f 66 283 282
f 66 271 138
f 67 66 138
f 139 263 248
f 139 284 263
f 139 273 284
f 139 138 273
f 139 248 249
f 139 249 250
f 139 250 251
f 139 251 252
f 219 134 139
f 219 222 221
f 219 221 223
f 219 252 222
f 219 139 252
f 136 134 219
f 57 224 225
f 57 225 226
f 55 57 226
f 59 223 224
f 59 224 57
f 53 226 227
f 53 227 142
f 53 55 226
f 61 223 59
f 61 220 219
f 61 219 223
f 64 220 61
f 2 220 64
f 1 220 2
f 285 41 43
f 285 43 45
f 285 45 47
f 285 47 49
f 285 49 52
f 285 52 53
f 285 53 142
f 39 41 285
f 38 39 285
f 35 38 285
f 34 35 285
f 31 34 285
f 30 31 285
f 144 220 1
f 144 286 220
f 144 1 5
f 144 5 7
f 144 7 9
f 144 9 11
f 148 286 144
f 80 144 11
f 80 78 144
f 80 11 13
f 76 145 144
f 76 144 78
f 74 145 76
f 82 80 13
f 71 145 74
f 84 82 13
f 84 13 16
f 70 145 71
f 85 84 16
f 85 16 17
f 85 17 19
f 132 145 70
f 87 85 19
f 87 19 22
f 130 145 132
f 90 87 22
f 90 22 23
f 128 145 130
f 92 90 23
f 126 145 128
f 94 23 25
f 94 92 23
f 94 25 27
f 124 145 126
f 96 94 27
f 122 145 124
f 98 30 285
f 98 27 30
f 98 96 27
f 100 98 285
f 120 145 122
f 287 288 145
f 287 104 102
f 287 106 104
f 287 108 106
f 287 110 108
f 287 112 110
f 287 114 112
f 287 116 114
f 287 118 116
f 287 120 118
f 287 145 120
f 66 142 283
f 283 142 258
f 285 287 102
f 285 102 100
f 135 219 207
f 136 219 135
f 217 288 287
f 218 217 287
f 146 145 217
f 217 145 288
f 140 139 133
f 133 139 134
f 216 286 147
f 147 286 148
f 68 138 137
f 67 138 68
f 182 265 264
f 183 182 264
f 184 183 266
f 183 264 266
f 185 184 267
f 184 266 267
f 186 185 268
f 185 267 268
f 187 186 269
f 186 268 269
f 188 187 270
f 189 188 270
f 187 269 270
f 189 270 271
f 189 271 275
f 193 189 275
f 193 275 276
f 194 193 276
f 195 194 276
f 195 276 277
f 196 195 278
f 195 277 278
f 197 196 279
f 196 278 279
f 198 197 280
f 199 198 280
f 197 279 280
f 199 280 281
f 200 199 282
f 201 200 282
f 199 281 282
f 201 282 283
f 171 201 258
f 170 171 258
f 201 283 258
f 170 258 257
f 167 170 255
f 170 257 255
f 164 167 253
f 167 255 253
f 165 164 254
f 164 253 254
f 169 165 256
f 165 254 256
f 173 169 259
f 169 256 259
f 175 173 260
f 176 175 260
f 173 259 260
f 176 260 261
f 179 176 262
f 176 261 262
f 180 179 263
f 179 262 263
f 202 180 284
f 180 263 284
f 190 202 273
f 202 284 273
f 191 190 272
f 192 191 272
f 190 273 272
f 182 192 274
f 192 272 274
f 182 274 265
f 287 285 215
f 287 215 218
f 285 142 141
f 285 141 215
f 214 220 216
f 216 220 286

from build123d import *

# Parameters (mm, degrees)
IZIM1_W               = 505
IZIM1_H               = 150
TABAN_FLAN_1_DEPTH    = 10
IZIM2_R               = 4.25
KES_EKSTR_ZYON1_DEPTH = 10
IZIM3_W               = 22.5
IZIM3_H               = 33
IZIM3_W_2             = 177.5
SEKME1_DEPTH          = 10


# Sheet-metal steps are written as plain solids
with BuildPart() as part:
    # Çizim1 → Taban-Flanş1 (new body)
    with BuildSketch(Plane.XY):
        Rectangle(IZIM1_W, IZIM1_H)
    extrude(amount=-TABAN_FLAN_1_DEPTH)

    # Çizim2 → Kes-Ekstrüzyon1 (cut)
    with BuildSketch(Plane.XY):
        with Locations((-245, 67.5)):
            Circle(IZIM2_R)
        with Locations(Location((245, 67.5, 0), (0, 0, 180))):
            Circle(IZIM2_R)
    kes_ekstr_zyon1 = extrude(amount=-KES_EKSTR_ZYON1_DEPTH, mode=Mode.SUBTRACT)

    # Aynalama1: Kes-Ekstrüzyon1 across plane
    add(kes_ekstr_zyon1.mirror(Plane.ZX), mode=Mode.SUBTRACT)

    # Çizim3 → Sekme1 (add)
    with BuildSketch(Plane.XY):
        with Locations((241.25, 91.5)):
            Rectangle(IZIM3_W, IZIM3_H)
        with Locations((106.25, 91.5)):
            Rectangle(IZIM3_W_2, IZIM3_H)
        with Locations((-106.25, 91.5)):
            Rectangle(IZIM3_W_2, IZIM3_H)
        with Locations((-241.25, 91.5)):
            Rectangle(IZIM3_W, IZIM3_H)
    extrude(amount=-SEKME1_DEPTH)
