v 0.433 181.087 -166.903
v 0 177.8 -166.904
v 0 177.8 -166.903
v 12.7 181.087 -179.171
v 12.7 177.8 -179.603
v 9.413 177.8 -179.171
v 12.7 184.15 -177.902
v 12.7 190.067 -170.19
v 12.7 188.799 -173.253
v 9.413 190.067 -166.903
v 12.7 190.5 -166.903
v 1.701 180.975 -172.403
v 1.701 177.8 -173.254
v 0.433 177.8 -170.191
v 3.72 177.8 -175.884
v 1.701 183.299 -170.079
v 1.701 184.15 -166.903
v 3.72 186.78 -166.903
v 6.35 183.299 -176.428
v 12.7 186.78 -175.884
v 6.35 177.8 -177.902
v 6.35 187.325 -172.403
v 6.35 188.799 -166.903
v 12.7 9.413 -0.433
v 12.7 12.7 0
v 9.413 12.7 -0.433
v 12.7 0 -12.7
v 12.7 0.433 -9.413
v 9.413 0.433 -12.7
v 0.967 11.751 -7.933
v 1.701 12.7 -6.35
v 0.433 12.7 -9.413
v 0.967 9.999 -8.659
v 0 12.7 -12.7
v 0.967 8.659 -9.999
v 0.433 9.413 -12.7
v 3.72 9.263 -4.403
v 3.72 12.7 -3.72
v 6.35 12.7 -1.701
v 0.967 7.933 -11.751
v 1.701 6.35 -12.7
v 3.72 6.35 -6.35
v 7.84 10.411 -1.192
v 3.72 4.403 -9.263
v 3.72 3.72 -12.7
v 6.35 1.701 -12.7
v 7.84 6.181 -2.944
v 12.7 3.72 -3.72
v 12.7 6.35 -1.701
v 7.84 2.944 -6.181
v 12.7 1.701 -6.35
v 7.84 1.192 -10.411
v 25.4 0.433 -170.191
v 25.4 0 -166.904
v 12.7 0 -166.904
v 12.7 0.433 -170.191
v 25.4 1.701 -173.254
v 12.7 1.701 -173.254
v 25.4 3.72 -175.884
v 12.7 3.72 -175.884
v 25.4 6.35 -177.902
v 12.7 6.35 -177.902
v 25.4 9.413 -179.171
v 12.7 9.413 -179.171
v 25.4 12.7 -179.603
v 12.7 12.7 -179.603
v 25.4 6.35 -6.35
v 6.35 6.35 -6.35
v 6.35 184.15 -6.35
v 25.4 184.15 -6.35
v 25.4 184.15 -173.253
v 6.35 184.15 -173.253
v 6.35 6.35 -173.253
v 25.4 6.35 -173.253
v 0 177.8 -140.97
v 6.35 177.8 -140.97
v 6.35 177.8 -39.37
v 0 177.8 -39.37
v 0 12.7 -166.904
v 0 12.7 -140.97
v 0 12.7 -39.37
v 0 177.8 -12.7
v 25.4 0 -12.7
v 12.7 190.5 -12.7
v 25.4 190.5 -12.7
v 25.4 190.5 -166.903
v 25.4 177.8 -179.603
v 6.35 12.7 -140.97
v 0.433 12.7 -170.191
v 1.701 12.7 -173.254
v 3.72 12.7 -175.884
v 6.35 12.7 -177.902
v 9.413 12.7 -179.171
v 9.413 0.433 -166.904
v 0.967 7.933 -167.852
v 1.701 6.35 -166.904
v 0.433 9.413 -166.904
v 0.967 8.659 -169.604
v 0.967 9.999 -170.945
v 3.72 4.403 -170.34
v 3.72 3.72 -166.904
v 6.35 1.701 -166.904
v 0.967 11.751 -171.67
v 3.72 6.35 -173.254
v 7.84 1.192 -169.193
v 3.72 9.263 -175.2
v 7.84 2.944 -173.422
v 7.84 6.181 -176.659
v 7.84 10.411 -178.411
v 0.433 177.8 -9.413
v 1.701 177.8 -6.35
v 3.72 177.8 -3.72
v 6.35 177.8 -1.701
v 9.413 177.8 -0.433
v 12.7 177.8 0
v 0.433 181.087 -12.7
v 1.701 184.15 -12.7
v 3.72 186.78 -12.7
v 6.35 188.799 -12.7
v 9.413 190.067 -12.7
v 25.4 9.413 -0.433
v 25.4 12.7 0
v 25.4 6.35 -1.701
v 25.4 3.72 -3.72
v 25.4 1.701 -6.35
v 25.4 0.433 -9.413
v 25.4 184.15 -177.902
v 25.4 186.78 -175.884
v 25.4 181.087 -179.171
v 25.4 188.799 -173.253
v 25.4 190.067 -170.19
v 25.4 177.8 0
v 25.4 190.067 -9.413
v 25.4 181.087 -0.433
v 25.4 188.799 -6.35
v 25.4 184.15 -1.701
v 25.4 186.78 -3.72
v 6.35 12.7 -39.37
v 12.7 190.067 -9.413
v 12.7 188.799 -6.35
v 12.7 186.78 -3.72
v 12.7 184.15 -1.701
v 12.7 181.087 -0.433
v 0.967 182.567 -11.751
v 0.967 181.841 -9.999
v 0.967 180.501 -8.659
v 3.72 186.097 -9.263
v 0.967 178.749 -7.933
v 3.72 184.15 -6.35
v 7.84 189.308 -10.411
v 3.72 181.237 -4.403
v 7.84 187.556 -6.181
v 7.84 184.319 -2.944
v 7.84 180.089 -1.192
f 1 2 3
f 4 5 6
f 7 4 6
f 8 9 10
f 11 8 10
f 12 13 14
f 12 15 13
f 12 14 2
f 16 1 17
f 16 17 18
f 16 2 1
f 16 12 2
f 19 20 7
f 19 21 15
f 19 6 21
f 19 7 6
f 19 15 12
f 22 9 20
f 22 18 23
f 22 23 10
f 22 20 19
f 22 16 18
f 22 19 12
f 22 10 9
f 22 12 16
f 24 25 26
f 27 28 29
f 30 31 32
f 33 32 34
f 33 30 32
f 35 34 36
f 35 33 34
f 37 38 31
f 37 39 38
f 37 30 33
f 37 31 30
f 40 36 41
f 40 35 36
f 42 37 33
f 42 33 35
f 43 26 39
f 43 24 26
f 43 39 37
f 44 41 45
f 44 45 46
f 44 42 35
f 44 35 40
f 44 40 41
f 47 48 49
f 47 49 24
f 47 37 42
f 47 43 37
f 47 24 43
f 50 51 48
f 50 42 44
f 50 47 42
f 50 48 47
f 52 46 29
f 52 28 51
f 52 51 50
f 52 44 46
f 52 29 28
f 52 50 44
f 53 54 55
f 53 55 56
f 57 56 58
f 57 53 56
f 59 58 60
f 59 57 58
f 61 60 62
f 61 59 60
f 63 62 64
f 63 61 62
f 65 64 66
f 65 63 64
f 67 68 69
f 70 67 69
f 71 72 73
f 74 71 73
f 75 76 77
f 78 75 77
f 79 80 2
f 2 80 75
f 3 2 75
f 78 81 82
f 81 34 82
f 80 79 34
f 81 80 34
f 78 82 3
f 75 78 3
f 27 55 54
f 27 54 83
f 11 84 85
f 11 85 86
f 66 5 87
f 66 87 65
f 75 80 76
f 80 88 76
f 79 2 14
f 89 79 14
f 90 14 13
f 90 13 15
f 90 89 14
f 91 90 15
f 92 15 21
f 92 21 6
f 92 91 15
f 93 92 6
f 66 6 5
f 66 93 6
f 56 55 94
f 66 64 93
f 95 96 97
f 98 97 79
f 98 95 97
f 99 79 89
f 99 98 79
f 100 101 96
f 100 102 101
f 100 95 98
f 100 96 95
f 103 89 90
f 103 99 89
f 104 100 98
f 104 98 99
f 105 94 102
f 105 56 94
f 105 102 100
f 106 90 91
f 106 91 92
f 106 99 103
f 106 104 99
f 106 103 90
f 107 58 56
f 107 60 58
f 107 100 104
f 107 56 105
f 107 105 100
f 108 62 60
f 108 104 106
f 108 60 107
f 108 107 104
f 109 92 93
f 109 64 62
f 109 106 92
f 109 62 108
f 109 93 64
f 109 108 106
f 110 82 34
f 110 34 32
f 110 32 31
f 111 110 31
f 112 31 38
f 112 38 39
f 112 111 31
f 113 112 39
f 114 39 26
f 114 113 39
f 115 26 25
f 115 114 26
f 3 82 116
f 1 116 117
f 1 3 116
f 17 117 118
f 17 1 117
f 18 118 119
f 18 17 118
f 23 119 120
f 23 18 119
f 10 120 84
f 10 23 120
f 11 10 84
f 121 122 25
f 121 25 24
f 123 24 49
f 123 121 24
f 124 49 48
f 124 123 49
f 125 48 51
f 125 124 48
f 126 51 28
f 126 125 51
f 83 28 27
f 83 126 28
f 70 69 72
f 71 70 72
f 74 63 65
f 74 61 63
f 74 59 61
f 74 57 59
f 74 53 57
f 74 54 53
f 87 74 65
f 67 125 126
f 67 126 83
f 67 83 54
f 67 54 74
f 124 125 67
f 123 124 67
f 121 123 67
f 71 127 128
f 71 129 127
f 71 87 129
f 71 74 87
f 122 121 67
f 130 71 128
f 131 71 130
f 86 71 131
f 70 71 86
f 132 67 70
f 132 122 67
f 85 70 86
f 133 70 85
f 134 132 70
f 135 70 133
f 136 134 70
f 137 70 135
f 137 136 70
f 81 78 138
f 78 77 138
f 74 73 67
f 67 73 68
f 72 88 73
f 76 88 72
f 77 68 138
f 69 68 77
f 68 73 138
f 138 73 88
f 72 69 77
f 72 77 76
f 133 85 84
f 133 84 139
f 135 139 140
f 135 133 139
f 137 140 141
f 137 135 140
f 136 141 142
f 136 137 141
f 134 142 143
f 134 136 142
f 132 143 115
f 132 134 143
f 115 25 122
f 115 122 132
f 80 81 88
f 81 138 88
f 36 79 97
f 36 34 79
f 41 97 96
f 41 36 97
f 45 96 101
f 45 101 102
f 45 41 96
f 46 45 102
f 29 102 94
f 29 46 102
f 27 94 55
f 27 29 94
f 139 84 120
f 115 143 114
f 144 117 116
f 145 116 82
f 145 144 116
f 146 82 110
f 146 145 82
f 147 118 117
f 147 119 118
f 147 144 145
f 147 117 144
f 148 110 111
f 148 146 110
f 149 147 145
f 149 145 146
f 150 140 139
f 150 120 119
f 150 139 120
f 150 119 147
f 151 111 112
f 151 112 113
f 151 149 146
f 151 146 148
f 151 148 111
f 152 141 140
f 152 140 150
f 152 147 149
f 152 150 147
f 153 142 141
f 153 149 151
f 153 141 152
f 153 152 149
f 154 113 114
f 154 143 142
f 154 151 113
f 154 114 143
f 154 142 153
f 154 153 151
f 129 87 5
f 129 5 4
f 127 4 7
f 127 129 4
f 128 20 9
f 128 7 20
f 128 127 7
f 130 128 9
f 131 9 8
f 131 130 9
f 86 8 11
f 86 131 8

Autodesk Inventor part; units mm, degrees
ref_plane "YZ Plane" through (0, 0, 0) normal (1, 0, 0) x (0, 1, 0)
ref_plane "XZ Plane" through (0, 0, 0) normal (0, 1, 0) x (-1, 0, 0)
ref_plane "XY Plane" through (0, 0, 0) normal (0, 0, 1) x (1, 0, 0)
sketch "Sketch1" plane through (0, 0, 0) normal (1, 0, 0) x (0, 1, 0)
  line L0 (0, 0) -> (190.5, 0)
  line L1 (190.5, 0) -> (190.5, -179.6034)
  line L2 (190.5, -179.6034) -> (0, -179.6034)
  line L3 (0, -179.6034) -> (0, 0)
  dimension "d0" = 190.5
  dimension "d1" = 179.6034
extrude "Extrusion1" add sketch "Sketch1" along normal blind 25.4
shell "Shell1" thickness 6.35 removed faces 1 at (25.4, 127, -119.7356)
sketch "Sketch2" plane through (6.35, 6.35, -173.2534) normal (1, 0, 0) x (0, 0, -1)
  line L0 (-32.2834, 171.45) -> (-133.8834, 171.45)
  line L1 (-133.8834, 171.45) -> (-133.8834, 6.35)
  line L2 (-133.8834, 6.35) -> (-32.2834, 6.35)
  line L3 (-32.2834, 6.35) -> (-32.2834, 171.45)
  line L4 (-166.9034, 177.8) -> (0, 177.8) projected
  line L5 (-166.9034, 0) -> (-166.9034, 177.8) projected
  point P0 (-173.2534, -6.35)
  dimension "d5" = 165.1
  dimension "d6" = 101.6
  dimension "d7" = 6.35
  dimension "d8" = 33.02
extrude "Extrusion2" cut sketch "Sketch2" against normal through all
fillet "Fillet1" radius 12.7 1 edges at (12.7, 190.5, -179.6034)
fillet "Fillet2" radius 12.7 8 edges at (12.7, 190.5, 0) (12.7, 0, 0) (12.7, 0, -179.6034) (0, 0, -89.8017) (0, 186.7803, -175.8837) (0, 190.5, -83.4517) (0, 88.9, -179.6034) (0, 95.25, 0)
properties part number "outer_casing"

◆ Task directions
The required answer is each line of the entries containing the string "mode".

◆ Reply
    kes_ekstr_zyon1 = extrude(amount=-KES_EKSTR_ZYON1_DEPTH, mode=Mode.SUBTRACT)
    add(kes_ekstr_zyon1.mirror(Plane.ZX), mode=Mode.SUBTRACT)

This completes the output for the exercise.